En la región de Valparaíso a 26 días del mes de octubre de 2019
Los estudiantes de la carrera de Geografía y los académicos del Departamento de Ciencias Geográficas de la Universidad de Playa Ancha, pertenecientes a una Universidad pública y democrática, con un rol social activo, manifiestan su rechazo al estado de emergencia implantado por el gobierno de Chile, como respuesta a las legítimas demandas sociales generadas por el modelo económico que nos rige y adhiere al igual que la mayoría de la sociedad a las protestas que incitan a poner fin a las brutales inequidades sociales.
De igual manera rechazamos la forma violenta en que el estado no sólo ha conducido esta protesta social, sino también como ha conducido políticamente el devenir de los ciudadanos durante décadas, para mantener un modelo económico que ha generado un deterioro permanente de la calidad del empleo, la salud, vivienda y la educación pública.
Por lo tanto llamamos a las autoridades gubernamentales a mantener un canal democrático de dialogo social y político como herramienta real de cambio a las condiciones que nos rigen en la actualidad, aprovechar esta oportunidad para pensar una nueva estructura social, política y económica que dé respuestas coherentes a la realidad de las personas en nuestro país.
Como académicos y estudiantes, nos sentimos responsables de contribuir a las soluciones técnicas de este indeseado conflicto, el cual nadie en este país puede decir que no fue avisado.

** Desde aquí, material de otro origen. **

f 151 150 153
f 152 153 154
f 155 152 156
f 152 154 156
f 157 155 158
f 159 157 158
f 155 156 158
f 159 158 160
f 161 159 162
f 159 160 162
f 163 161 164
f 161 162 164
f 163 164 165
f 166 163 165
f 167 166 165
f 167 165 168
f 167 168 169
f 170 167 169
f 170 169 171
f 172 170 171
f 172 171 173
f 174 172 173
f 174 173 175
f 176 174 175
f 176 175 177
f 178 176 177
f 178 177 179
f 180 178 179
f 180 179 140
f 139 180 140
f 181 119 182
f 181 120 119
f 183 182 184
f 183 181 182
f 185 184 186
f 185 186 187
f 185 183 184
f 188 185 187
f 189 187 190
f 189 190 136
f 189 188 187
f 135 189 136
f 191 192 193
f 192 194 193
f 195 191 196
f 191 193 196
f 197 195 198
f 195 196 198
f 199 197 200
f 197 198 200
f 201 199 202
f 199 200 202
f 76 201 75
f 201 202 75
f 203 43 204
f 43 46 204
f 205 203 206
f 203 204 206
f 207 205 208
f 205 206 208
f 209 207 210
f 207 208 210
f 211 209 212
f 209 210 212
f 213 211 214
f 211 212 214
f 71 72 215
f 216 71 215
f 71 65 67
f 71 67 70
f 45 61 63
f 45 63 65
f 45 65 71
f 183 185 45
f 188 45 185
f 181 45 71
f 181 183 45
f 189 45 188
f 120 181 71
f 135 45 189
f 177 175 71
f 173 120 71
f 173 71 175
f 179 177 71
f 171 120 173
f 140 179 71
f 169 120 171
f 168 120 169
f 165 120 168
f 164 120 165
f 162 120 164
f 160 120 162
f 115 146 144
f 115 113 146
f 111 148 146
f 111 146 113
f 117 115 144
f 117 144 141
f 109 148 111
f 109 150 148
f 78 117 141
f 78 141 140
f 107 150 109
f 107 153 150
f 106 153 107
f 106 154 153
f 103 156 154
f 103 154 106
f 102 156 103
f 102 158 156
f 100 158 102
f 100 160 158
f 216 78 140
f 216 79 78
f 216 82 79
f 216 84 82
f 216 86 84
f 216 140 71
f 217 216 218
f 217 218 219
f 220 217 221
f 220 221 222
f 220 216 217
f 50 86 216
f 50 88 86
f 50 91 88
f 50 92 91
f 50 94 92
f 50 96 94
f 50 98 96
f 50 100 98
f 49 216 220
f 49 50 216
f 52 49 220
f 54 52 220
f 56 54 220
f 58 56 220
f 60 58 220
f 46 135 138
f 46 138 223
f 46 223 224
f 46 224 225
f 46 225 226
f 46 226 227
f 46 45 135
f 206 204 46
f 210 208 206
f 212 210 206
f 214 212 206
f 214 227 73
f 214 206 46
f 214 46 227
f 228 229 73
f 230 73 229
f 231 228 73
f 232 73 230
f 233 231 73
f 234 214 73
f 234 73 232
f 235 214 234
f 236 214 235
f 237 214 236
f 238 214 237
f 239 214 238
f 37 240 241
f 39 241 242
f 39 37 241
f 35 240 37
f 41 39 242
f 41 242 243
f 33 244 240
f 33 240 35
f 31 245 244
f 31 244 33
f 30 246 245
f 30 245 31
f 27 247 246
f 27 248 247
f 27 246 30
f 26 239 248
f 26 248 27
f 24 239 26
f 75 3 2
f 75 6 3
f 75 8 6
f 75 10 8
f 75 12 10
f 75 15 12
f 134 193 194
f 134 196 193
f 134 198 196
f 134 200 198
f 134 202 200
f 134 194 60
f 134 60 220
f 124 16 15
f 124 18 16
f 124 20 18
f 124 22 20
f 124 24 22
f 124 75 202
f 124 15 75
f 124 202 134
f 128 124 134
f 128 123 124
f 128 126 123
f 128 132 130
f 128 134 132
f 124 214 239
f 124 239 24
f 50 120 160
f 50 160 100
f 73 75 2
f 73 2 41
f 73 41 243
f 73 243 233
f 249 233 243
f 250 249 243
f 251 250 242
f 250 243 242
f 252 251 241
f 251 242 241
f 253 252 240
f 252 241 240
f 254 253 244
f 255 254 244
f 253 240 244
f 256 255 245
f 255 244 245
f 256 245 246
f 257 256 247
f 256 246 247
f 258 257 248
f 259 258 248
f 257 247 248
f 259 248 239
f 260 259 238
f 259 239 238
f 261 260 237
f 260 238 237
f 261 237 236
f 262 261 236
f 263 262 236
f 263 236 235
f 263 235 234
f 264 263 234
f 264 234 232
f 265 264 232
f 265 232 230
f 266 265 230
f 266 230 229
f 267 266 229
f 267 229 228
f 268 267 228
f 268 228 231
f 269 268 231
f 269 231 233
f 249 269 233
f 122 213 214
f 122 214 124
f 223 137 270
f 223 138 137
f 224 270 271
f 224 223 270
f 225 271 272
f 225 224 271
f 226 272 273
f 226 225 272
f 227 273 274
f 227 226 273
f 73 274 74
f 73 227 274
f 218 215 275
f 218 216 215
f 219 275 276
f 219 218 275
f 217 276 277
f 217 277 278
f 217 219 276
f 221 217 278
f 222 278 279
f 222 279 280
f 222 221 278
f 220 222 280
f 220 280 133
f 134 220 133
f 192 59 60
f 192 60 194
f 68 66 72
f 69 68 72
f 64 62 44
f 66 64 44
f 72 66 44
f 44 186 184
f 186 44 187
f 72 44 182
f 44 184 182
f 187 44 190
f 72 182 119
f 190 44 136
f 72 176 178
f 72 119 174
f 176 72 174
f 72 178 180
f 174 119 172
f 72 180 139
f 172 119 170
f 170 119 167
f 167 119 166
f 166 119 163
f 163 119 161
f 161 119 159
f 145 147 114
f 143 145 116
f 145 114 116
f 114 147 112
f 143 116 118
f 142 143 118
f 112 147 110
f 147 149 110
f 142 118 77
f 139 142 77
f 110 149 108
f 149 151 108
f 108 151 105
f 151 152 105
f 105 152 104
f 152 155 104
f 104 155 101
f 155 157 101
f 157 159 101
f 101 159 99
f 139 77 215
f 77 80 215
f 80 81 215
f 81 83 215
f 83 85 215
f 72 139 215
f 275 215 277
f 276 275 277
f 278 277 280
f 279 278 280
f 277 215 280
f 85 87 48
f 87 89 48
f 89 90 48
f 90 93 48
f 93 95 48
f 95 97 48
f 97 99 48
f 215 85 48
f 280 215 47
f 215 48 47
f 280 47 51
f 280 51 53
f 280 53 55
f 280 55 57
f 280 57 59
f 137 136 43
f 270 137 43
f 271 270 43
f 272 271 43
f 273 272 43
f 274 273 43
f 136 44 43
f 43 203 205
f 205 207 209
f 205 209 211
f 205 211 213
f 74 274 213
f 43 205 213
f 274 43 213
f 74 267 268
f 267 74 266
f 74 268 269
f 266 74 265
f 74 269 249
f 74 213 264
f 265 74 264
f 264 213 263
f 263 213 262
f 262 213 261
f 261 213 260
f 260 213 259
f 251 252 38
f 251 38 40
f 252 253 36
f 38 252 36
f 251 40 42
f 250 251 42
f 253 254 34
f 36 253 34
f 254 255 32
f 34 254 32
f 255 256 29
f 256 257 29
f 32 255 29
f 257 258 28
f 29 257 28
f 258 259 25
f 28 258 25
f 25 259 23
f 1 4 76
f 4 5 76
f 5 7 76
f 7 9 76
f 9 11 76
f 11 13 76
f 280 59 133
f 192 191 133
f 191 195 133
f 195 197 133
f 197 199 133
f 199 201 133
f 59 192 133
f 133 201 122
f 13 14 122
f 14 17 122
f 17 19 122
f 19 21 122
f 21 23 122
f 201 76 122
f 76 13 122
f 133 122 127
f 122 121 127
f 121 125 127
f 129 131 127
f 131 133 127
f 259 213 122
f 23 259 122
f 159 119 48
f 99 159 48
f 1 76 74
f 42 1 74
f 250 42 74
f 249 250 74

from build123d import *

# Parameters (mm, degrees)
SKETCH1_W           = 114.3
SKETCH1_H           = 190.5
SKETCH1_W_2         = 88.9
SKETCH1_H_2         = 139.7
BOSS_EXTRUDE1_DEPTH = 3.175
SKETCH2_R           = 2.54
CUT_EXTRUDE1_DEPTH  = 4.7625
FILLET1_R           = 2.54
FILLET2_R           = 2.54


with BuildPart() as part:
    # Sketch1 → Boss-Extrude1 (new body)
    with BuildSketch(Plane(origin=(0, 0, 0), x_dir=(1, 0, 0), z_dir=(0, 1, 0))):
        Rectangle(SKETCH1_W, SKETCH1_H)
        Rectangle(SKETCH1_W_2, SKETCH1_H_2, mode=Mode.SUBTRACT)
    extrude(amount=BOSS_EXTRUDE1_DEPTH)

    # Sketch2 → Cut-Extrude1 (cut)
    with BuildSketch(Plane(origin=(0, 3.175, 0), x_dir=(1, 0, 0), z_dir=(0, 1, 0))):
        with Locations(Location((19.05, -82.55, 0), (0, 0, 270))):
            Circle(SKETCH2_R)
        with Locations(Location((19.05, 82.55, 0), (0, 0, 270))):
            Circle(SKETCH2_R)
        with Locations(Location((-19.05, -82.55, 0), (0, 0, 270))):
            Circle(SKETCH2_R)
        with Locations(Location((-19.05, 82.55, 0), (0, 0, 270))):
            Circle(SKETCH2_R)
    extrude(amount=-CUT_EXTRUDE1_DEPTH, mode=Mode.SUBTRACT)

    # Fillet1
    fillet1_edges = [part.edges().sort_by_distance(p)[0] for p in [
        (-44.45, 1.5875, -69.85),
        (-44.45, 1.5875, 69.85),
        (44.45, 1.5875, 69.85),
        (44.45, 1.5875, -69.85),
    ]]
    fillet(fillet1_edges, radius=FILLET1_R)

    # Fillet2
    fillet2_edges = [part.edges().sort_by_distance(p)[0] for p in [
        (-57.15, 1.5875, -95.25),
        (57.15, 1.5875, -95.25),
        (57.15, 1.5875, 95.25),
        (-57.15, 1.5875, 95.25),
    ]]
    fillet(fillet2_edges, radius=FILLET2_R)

Ofrecemos trabajar para que los procesos sociales, ambientales y territoriales sean parte de una agenda de medidas pensadas para y con la participación de las comunidades en el más inmediato de los plazos. Hemos estado, estamos y seguiremos estando disponibles ya que tenemos como compromiso y sello institucional, el contribuir desde nuestro quehacer académico, para generar propuesta que aporten a la pronta solución de las problemáticas que hoy demanda nuestra sociedad.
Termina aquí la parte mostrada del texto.